Кстати, небольшая поправочка: и бритвы-то не все были на месте. Одна из них, чуть ли не самая ценная, находилась в мастерской. Немецкая, с грубой костяной ручкой, со свастикой у основания лезвия. Она даже имя имела, довольно простое, что-то там было насчет золы, только Чапа и не старался запомнить. Сам он еще не брился ни разу — у них у всех в роду волос был светлый, тонкий и поздний, — и был убежден, что привередничать из-за бритв — блажь. Но как было потешно, слов нет, когда лейтенант, отдавая эту бритву мастеру для пустяшного ремонта (клепка в ней разболталась; всей-то работы — пара ударов молотком), повторил раз пять, какая это ценность, и при том добавлял, что она дорога ему, как память. И вот теперь эта «память» осталась в мастерской, уж наверное — насовсем, потому что с войны не удерешь, это не маневры.
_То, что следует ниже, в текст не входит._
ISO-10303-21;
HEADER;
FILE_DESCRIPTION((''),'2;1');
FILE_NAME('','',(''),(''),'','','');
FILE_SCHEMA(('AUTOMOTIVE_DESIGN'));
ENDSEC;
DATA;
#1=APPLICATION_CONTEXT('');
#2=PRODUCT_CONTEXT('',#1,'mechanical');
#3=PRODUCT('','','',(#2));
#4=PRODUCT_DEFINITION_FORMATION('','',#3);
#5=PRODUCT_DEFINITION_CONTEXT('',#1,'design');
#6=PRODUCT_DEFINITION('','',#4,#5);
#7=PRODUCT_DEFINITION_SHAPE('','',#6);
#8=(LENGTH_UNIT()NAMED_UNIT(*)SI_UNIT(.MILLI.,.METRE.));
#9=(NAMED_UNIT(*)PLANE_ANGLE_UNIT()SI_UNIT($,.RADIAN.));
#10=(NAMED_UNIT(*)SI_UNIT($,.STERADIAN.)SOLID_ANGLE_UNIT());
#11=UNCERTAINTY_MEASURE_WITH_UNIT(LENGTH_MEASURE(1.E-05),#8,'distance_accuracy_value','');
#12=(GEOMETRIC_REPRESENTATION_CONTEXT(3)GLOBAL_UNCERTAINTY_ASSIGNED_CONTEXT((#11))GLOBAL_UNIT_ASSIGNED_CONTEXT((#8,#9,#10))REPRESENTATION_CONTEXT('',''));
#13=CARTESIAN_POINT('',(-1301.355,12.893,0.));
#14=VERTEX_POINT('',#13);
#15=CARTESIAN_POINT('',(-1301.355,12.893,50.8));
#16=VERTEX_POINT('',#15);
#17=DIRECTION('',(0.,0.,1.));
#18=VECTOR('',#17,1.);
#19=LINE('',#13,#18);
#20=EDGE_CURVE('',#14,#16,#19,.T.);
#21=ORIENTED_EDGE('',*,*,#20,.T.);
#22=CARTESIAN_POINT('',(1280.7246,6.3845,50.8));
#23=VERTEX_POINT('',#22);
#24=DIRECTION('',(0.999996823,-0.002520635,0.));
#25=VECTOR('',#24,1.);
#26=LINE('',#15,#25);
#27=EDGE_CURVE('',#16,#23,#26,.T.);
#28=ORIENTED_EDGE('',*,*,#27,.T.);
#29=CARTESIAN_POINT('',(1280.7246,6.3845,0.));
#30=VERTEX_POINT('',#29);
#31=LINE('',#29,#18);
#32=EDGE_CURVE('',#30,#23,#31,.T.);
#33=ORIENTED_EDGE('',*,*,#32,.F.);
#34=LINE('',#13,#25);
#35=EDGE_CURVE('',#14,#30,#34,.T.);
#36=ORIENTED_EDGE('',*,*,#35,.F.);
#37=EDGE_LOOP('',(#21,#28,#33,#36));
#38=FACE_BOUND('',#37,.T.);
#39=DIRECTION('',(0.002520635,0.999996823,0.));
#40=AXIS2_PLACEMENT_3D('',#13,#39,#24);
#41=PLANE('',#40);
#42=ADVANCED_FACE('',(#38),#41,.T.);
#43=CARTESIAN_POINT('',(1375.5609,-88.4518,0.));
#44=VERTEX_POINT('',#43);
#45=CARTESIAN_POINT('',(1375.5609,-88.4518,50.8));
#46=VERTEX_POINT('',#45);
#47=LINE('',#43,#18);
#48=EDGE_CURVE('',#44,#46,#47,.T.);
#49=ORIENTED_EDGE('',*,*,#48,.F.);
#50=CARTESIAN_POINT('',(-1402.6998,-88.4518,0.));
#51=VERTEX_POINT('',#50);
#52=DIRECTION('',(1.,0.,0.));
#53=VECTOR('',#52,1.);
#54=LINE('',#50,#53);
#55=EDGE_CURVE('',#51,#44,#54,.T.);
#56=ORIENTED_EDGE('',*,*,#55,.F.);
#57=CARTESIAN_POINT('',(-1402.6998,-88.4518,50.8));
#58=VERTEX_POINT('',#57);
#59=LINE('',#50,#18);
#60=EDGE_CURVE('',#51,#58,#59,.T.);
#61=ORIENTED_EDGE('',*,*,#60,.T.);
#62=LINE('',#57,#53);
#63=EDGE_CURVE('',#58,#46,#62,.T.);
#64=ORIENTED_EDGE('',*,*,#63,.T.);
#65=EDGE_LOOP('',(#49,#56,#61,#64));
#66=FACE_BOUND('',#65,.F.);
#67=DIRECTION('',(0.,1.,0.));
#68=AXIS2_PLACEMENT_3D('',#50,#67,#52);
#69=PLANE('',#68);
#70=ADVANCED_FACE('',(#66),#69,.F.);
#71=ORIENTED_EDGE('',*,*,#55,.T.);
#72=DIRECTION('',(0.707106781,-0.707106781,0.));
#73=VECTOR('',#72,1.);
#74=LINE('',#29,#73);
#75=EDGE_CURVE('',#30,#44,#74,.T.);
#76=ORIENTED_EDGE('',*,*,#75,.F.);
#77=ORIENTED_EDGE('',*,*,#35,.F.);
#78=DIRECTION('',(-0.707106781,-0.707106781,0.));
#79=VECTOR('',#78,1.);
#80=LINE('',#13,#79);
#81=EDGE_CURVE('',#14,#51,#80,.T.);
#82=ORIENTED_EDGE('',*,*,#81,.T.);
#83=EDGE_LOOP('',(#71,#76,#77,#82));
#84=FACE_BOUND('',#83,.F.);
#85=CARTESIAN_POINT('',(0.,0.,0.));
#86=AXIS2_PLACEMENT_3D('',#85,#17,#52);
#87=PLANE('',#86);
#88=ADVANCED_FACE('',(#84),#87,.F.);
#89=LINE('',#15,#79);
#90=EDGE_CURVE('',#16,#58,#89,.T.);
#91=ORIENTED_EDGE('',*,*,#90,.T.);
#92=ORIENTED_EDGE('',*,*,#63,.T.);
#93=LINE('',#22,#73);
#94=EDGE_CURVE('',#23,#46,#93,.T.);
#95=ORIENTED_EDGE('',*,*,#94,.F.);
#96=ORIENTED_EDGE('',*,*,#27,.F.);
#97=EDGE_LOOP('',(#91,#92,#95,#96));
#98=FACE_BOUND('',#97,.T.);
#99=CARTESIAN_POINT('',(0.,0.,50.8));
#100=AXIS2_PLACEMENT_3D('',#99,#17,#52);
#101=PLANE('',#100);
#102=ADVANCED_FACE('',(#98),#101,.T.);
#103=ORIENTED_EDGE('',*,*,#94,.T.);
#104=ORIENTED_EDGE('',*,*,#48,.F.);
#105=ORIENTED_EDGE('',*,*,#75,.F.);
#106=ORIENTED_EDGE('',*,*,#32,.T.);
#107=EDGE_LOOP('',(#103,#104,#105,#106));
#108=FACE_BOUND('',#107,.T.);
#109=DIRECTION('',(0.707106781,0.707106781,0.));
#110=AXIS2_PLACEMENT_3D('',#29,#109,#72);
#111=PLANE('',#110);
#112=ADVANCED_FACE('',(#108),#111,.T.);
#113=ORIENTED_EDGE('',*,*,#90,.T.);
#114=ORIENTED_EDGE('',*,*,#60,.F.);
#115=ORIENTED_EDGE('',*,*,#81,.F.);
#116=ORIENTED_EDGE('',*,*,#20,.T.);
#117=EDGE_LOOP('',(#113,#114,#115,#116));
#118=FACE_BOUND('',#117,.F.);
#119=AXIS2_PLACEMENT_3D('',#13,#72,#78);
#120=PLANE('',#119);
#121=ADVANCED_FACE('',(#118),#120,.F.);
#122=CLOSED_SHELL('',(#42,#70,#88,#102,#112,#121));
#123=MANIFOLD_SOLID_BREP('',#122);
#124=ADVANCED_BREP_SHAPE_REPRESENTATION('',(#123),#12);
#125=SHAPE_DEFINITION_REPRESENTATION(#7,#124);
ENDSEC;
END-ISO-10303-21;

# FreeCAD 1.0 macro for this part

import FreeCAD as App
import Part
import Sketcher
Q = App.Units.Quantity

doc = App.newDocument("Part")
body = doc.addObject("PartDesign::Body", "Body")

# Sketch on XY plane
sketch1 = doc.addObject("Sketcher::SketchObject", "Sketch")
body.addObject(sketch1)
sketch1.AttachmentSupport = (doc.XY_Plane, [""])
sketch1.MapMode = "FlatFace"
sketch1.addGeometry([
    Part.LineSegment(App.Vector(1280.7246, 6.3845, 0), App.Vector(-1301.355, 12.893, 0)),
    Part.LineSegment(App.Vector(-1301.355, 12.893, 0), App.Vector(-1402.6998, -88.4518, 0)),
    Part.LineSegment(App.Vector(-1402.6998, -88.4518, 0), App.Vector(1375.5609, -88.4518, 0)),
    Part.LineSegment(App.Vector(1375.5609, -88.4518, 0), App.Vector(1280.7246, 6.3845, 0)),
], False)
sketch1.addConstraint([
    Sketcher.Constraint("Coincident", 0, 2, 1, 1),
    Sketcher.Constraint("Coincident", 1, 2, 2, 1),
    Sketcher.Constraint("Coincident", 2, 2, 3, 1),
    Sketcher.Constraint("Coincident", 3, 2, 0, 1),
    Sketcher.Constraint("Horizontal", 2),
    Sketcher.Constraint("Perpendicular", 1, 3),
    Sketcher.Constraint("Angle", 1, Q("-135 deg")),
    Sketcher.Constraint("Distance", 0, Q("101.657 in")),
    Sketcher.Constraint("DistanceX", 2, 1, 2, 2, 2778.2607),
    Sketcher.Constraint("DistanceY", -1, 1, 0, 2, Q("0.5076 in")),
    Sketcher.Constraint("DistanceX", 1, 2, -1, 1, Q("55.2244 in")),
    Sketcher.Constraint("DistanceX", 0, 2, 2, 2, Q("105.3904 in")),
])
pad1 = doc.addObject("PartDesign::Pad", "Pad")
body.addObject(pad1)
pad1.Profile = sketch1
pad1.Length = Q("2 in")

doc.recompute()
Не сегодня — завтра Красная Армия пойдет вперед, на Берлин, чтобы задушить фашистскую гадину в ее собственном логове. Вот и выходит, что в это местечко, где были их казармы, лейтенант если и попадет, то ого как не скоро, и вряд ли тогда его признают, а скорее всего — не попадет вовсе. Выходит, бритва — тю-тю!..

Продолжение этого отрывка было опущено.